Meanwhile, throughout 2001, much more scrutiny is brought upon Enron's balance sheet. This agitates Skilling, leading him to engage in odd and irrational behavior, such as calling an investor an "asshole" during a conference call. This culminates in Skilling's abrupt resignation as CEO in August 2001, after which Ken Lay retakes the position. Skilling's odd behavior serves as a red flag to investors, who begin to question how financially healthy the company really is. Soon after Skilling's departure, whistleblower Sherron Watkins discovers the fraud in Enron's books and alerts Lay, telling him the company is headed to certain collapse unless he acts immediately. Like in 1987, Lay largely ignores the warnings and assures that Skilling left for personal reasons and the company is financially solid. The board fires CFO Fastow after discovering he had embezzled more than $30 million from the company through his shell companies. With Fastow gone, Enron's accountants issue restatements that erase a majority of the company's profits from 1997 through 2000, add nearly $1 billion of debt to the company's balance sheet, and remove over $1 billion of shareholder equity as a means of writing down the losses from Fastow's shell companies. Despite Lay's continued assurances that Enron is in good shape and will pull through, the company's stock price tanks as its investors and customers lose all confidence, forcing Enron to file for Chapter 11 bankruptcy protection in November 2001.
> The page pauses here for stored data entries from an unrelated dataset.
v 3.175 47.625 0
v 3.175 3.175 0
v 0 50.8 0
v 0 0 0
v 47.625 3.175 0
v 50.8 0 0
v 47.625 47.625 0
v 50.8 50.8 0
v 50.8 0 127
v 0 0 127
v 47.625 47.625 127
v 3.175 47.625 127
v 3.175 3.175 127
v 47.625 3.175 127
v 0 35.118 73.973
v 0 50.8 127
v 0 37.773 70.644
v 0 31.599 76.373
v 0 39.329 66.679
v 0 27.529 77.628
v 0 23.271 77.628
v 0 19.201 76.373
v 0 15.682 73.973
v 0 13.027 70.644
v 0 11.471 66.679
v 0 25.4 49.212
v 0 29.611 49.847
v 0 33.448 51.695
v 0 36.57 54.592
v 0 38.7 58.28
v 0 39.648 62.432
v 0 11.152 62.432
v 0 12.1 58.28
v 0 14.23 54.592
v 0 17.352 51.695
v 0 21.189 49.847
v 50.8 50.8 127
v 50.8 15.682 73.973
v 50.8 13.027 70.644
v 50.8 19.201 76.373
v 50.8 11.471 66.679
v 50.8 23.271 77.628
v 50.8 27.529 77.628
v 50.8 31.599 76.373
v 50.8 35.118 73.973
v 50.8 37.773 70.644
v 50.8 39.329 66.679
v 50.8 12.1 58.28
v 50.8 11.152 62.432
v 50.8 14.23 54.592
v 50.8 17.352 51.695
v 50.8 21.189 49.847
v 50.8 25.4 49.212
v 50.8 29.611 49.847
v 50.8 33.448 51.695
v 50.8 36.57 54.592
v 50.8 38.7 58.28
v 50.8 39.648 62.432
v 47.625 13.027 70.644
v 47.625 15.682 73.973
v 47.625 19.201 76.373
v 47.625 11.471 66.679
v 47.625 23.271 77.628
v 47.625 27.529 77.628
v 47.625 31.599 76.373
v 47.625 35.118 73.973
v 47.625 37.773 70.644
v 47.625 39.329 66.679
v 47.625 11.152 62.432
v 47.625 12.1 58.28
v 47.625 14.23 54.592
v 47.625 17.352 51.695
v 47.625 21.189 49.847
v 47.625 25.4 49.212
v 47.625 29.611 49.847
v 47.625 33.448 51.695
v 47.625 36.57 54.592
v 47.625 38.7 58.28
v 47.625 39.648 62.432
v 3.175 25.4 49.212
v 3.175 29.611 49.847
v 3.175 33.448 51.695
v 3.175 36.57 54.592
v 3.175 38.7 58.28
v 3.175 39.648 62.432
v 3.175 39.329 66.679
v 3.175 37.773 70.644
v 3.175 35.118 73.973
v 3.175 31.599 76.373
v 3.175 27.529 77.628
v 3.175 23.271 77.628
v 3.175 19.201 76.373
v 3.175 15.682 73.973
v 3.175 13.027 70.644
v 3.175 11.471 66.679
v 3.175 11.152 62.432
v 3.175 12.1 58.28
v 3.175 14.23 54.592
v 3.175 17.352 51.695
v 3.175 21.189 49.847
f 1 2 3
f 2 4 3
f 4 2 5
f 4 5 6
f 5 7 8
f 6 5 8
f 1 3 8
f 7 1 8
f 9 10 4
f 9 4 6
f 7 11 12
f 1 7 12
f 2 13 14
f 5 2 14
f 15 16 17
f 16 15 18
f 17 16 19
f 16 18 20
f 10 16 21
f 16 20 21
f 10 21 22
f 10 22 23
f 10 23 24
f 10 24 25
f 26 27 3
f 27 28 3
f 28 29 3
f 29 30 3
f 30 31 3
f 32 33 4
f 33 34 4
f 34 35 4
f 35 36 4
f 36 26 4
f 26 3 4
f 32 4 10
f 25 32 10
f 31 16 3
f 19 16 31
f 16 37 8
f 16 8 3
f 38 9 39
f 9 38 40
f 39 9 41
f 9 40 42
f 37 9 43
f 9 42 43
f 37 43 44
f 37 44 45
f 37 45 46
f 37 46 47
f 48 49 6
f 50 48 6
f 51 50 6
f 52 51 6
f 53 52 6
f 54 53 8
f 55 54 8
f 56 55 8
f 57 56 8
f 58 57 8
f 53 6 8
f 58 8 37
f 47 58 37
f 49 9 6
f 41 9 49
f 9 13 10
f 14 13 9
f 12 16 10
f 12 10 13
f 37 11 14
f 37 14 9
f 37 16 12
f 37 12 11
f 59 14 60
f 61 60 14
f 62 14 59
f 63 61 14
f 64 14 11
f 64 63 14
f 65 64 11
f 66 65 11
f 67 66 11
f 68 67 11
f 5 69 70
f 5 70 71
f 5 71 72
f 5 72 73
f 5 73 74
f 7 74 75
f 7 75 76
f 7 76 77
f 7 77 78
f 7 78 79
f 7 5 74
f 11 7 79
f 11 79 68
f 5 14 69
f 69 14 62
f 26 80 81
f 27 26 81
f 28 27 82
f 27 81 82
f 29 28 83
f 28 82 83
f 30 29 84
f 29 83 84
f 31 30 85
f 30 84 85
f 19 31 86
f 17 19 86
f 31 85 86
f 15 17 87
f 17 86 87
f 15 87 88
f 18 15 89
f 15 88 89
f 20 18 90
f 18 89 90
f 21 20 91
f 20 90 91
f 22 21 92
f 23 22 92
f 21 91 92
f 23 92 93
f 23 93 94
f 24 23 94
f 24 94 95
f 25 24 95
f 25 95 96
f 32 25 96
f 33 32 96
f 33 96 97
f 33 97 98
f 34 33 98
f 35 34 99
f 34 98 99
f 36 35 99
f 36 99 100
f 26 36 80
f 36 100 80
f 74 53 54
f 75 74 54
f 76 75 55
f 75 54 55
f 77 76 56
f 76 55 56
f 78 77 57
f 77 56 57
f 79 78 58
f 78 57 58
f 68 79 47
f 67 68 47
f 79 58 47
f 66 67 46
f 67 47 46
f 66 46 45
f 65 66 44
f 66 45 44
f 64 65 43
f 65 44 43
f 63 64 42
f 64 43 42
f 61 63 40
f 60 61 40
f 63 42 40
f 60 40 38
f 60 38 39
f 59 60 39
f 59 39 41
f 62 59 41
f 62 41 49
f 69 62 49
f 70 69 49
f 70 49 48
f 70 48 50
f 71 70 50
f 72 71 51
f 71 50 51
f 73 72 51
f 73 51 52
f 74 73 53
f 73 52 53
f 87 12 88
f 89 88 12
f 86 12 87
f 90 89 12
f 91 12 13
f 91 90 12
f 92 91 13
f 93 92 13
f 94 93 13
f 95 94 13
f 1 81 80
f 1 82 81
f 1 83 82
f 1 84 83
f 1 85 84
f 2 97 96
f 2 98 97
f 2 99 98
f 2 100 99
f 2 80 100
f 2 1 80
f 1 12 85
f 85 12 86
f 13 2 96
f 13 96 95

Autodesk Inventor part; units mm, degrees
ref_plane "YZ Plane" through (0, 0, 0) normal (1, 0, 0) x (0, 1, 0)
ref_plane "XZ Plane" through (0, 0, 0) normal (0, 1, 0) x (-1, 0, 0)
ref_plane "XY Plane" through (0, 0, 0) normal (0, 0, 1) x (1, 0, 0)
sketch "Sketch1" plane through (0, 0, 0) normal (0, 0, 1) x (1, 0, 0)
  line L0 (0, 0) -> (50.8, 0)
  line L1 (50.8, 0) -> (50.8, 50.8)
  line L2 (50.8, 50.8) -> (0, 50.8)
  line L3 (0, 50.8) -> (0, 0)
  line L4 (3.175, 3.175) -> (47.625, 3.175)
  line L5 (47.625, 3.175) -> (47.625, 47.625)
  line L6 (47.625, 47.625) -> (3.175, 47.625)
  line L7 (3.175, 47.625) -> (3.175, 3.175)
  dimension "d0" = 50.8
  dimension "d1" = 50.8
  dimension "d2" = 3.175
  dimension "d3" = 3.175
  dimension "d4" = 3.175
  dimension "d5" = 3.175
extrude "2x2x.125 Box Beam" add sketch "Sketch1" along normal blind 127
sketch "Sketch2" plane through (50.8, 0, 0) normal (1, 0, 0) x (0, 0, -1)
  line L0 (0, 0) -> (0, 50.8) projected
  line L1 (0, 0) -> (-127, 0) projected
  circle A0 centre (-63.5, 25.4) radius 14.2875
  dimension "d8" = 28.575
  dimension "d9" = 63.5
  dimension "d10" = 25.4
extrude "FR8 Bearing Hole" cut sketch "Sketch2" against normal through all
equation "\"d3\" = d2"
equation "\"d4\" = d3"
equation "\"d5\" = d4"
properties part number "Box Beam"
As a result of Enron's bankruptcy, many of its employees lose their pensions and life savings, while investors lose over $11 billion in shareholder value. Skilling testifies at the ensuing congressional hearings, but Ken Lay and Andrew Fastow plead the fifth. Fastow eventually pleads guilty and agrees to testify against his former coworkers in exchange for a reduced sentence, while Lay and Skilling plead innocent and spend tens of millions of dollars on defense attorneys, with their trials scheduled to take place in 2006.

==Cast==

- Peter Coyote, narrator
- Bethany McLean, Fortune reporter; co-author, The Smartest Guys in the Room
- Peter Elkind, co-author, The Smartest Guys in the Room
- Sherron Watkins, ex-vice president, Enron Corp.; Enron whistleblower; co-author, Power Failure
- Mimi Swartz, executive editor, Texas Monthly magazine; co-author, Power Failure
- Mike Muckleroy, former Enron executive
- Amanda Martin, former Enron executive
- Charles Wickman, former Enron trader
- Colin Whitehead, former Enron trader
- John Beard, former Enron accountant
- Max Eberts, former spokesman, Enron Energy Services
- Carol Coale, senior vice president and senior research analyst, Prudential Securities
- Bill Lerach, attorney for Enron stockholders
- Gray Davis, former governor of California
- David Freeman, former advisor to Governor Davis
- Philip H. Hilder, Sherron Watkins' attorney

==Reception==
Enron: The Smartest Guys in the Room received positive reviews. It has a rating of 97% on Rotten Tomatoes, based on 119 reviews, with an average rating of 8.09/10; the site's consensus states: "A concise, entertaining documentary about the spectacular failure of Enron." On Metacritic, the film has a rating of 82%, based on 37 reviews.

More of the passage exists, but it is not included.